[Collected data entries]
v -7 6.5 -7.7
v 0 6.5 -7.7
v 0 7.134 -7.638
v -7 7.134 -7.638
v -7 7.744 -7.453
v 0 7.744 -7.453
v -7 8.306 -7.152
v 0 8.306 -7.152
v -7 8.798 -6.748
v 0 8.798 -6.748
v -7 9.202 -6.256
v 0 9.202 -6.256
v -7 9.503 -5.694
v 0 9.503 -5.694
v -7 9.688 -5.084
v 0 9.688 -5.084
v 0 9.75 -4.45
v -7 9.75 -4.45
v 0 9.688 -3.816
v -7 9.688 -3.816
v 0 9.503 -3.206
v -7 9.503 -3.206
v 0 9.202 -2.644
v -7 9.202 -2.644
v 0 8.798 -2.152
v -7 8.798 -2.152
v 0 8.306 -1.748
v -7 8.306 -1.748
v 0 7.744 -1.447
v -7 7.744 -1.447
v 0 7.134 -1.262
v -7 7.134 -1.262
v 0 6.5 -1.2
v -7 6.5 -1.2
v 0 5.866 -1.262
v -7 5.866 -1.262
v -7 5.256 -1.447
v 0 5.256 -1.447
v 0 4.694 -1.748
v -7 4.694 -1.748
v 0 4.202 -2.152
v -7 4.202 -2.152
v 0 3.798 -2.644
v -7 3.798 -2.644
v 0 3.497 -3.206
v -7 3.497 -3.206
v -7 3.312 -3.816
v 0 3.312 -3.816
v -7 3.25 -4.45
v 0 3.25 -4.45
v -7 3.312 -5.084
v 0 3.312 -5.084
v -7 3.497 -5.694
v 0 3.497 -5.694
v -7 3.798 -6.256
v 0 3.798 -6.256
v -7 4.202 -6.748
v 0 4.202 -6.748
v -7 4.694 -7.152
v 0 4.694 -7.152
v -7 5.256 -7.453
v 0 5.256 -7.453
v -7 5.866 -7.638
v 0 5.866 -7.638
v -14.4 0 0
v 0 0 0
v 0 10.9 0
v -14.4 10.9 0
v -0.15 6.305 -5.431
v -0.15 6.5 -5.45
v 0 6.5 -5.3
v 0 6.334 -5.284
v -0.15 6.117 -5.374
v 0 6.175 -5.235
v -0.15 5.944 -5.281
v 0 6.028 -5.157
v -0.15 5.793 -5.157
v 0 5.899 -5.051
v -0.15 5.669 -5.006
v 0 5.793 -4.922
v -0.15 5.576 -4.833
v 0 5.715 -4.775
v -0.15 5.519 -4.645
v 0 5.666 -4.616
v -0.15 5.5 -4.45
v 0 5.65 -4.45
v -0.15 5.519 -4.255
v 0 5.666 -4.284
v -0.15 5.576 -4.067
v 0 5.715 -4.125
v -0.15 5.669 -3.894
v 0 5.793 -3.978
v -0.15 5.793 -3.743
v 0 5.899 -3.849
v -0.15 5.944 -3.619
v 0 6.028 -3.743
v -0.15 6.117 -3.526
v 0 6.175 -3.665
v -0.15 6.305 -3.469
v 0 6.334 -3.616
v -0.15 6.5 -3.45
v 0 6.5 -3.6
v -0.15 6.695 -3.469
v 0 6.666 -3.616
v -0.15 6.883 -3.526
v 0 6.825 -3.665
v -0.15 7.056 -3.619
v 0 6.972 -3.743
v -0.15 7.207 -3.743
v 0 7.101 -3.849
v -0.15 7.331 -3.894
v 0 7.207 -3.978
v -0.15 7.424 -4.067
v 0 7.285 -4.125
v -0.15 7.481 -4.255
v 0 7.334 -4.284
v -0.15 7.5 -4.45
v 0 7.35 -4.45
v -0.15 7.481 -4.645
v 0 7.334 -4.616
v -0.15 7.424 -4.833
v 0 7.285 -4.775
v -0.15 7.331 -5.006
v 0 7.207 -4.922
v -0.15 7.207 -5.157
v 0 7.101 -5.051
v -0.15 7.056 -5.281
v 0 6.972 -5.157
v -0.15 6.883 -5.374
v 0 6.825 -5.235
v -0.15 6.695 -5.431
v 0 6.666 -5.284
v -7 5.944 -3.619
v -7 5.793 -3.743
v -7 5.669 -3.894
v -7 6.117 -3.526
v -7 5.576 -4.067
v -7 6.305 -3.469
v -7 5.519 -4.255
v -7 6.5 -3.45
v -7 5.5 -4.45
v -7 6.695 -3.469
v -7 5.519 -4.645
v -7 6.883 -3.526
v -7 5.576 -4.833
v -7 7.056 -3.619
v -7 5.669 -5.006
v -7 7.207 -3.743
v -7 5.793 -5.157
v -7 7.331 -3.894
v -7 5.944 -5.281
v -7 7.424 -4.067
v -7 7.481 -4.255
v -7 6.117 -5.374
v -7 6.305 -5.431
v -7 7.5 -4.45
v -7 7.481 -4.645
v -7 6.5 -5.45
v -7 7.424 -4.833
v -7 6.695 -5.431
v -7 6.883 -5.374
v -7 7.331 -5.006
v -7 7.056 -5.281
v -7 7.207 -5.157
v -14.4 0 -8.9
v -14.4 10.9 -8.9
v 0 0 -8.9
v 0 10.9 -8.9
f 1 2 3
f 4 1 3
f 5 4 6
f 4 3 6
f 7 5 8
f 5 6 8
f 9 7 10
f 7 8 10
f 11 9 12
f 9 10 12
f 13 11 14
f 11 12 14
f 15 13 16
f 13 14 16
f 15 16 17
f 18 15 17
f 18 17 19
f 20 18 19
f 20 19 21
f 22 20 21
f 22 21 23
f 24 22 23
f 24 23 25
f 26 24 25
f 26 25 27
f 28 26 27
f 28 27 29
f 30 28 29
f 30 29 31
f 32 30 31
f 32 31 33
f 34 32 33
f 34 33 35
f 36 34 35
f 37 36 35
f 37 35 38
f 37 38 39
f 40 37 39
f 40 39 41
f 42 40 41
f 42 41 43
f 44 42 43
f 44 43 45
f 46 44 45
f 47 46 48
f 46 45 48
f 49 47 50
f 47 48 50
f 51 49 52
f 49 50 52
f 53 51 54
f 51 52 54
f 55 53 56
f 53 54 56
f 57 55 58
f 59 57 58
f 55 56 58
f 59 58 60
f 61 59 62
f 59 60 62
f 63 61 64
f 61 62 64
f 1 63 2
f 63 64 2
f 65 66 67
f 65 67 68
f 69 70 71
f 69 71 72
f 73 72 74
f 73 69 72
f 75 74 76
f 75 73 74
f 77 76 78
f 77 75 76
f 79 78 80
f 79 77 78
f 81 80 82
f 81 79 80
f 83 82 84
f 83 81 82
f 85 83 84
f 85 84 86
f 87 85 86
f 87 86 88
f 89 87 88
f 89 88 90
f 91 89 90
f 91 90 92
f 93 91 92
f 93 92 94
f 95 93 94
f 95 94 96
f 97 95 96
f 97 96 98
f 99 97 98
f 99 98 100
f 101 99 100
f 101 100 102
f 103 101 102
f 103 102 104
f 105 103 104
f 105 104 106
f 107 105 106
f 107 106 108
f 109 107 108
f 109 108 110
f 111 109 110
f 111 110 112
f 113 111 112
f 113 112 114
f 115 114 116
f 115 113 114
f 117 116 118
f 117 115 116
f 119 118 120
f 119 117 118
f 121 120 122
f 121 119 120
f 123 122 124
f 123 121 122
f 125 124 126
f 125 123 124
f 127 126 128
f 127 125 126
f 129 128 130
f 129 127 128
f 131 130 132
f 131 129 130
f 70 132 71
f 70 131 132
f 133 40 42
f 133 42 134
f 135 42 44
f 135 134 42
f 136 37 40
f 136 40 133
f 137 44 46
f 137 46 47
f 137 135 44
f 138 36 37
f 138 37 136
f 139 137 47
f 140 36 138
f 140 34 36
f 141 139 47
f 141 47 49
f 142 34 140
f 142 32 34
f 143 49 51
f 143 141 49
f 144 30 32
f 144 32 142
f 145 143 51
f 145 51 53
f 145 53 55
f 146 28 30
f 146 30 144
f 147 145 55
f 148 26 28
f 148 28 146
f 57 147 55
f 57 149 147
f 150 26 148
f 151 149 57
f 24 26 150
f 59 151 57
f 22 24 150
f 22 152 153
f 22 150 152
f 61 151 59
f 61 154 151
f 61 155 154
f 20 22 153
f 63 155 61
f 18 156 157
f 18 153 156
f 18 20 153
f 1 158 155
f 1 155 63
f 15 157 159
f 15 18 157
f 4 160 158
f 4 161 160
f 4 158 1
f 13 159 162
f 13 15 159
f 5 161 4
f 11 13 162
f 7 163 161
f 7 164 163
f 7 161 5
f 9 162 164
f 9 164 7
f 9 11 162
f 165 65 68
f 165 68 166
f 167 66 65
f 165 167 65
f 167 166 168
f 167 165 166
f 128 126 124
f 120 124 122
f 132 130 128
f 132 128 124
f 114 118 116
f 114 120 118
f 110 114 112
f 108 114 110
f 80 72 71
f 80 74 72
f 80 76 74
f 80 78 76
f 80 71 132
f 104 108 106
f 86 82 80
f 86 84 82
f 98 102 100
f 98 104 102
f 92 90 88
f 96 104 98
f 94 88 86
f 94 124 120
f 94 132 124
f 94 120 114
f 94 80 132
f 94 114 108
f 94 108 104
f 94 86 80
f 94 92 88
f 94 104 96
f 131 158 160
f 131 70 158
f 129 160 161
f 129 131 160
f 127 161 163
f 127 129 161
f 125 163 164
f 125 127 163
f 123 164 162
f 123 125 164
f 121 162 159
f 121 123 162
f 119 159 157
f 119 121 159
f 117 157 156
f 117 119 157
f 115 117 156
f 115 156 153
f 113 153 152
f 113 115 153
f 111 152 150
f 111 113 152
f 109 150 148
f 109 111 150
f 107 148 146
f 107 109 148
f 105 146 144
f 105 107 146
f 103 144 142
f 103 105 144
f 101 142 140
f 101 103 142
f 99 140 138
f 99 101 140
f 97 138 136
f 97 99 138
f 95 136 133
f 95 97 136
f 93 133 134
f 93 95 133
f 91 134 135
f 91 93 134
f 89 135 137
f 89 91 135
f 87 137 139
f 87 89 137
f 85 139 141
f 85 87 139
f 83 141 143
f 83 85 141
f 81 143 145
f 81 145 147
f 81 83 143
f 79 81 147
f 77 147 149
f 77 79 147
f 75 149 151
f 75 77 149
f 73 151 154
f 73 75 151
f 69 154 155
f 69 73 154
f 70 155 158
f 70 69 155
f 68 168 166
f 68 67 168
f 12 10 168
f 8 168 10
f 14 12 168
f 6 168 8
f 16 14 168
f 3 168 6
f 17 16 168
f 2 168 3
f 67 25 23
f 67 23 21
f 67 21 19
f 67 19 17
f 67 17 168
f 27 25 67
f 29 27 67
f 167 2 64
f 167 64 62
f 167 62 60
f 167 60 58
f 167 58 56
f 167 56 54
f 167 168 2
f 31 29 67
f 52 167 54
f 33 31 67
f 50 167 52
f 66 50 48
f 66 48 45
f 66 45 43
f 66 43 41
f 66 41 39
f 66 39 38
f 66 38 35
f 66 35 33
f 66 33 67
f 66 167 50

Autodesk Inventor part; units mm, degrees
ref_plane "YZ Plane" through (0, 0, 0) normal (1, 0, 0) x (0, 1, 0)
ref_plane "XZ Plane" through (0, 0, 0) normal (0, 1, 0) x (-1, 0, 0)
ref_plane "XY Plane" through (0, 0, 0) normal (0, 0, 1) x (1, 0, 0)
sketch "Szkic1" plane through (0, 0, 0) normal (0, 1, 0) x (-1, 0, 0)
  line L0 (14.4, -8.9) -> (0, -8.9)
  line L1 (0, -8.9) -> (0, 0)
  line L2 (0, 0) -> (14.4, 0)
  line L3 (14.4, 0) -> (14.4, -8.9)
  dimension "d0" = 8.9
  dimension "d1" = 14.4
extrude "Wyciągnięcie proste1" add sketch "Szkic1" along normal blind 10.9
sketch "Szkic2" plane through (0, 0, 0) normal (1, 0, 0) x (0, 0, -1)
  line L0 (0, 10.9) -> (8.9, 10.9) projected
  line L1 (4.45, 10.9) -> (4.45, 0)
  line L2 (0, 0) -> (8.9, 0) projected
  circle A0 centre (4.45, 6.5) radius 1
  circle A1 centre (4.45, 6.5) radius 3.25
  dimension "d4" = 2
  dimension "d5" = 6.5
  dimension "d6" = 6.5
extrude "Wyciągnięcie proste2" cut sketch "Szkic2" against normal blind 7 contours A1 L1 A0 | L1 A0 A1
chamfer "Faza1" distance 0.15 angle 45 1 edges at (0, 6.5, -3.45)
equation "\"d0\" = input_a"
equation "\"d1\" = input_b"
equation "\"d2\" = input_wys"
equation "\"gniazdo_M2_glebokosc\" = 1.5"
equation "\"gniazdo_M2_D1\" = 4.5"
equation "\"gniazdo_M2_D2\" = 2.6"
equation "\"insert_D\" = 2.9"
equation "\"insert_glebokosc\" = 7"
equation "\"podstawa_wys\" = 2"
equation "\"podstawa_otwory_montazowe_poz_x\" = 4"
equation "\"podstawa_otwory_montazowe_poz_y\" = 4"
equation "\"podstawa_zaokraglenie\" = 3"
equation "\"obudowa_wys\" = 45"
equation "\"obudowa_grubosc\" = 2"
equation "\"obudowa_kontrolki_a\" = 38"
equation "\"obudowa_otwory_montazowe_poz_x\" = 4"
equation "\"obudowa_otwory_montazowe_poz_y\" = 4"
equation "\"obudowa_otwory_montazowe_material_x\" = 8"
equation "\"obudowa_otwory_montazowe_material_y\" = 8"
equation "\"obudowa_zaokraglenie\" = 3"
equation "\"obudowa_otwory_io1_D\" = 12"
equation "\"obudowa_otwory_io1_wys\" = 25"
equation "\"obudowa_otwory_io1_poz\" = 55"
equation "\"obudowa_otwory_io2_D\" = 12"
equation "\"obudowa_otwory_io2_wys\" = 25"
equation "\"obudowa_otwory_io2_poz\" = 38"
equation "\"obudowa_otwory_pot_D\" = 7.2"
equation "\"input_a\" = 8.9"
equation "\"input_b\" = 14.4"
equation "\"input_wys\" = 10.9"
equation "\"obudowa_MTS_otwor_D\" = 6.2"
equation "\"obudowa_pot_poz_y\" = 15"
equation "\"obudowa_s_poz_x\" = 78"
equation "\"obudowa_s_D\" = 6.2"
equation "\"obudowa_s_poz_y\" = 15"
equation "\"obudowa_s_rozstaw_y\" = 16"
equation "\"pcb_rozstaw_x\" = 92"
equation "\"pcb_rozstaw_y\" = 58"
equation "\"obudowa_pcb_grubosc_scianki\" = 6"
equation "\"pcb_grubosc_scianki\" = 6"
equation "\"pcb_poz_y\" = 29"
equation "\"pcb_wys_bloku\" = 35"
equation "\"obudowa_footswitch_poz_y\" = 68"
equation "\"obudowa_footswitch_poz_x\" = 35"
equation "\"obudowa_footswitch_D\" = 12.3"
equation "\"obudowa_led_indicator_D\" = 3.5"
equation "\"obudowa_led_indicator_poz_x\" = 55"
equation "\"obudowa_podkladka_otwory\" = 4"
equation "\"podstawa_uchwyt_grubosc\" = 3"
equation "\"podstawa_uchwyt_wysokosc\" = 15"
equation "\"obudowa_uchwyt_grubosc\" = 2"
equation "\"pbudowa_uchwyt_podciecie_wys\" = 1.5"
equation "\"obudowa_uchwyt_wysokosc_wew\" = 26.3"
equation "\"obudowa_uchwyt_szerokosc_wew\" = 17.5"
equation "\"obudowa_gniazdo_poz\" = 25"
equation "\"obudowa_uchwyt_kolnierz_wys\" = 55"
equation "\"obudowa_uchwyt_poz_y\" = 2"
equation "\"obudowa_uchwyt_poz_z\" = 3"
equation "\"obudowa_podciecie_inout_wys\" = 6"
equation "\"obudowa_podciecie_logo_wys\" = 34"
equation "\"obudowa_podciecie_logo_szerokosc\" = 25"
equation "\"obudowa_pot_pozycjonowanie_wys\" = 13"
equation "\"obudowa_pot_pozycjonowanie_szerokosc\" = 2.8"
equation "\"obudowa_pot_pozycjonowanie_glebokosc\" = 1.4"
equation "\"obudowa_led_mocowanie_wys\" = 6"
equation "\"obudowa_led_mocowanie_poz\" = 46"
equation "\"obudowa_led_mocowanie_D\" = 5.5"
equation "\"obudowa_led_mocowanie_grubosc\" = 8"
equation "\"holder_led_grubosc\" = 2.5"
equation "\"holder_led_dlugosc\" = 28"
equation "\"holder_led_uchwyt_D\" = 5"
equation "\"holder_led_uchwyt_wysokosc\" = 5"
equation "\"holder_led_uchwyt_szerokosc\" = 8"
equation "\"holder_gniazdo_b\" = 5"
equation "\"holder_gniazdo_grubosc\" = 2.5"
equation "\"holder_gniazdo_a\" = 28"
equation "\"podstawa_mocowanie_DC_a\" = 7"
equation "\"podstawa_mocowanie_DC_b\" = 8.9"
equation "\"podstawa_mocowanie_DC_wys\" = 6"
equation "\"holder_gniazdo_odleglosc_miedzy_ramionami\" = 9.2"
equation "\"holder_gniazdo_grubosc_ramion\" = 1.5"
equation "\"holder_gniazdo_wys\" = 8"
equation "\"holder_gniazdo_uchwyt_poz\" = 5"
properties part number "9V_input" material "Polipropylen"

• [WORK TASK]: Using the entries above, give back exactly the line containing "f 70 155 158", the line containing "f 66 167 50", and every line between them, and nothing else.

• [RESULT BELOW]:
f 70 155 158
f 70 69 155
f 68 168 166
f 68 67 168
f 12 10 168
f 8 168 10
f 14 12 168
f 6 168 8
f 16 14 168
f 3 168 6
f 17 16 168
f 2 168 3
f 67 25 23
f 67 23 21
f 67 21 19
f 67 19 17
f 67 17 168
f 27 25 67
f 29 27 67
f 167 2 64
f 167 64 62
f 167 62 60
f 167 60 58
f 167 58 56
f 167 56 54
f 167 168 2
f 31 29 67
f 52 167 54
f 33 31 67
f 50 167 52
f 66 50 48
f 66 48 45
f 66 45 43
f 66 43 41
f 66 41 39
f 66 39 38
f 66 38 35
f 66 35 33
f 66 33 67
f 66 167 50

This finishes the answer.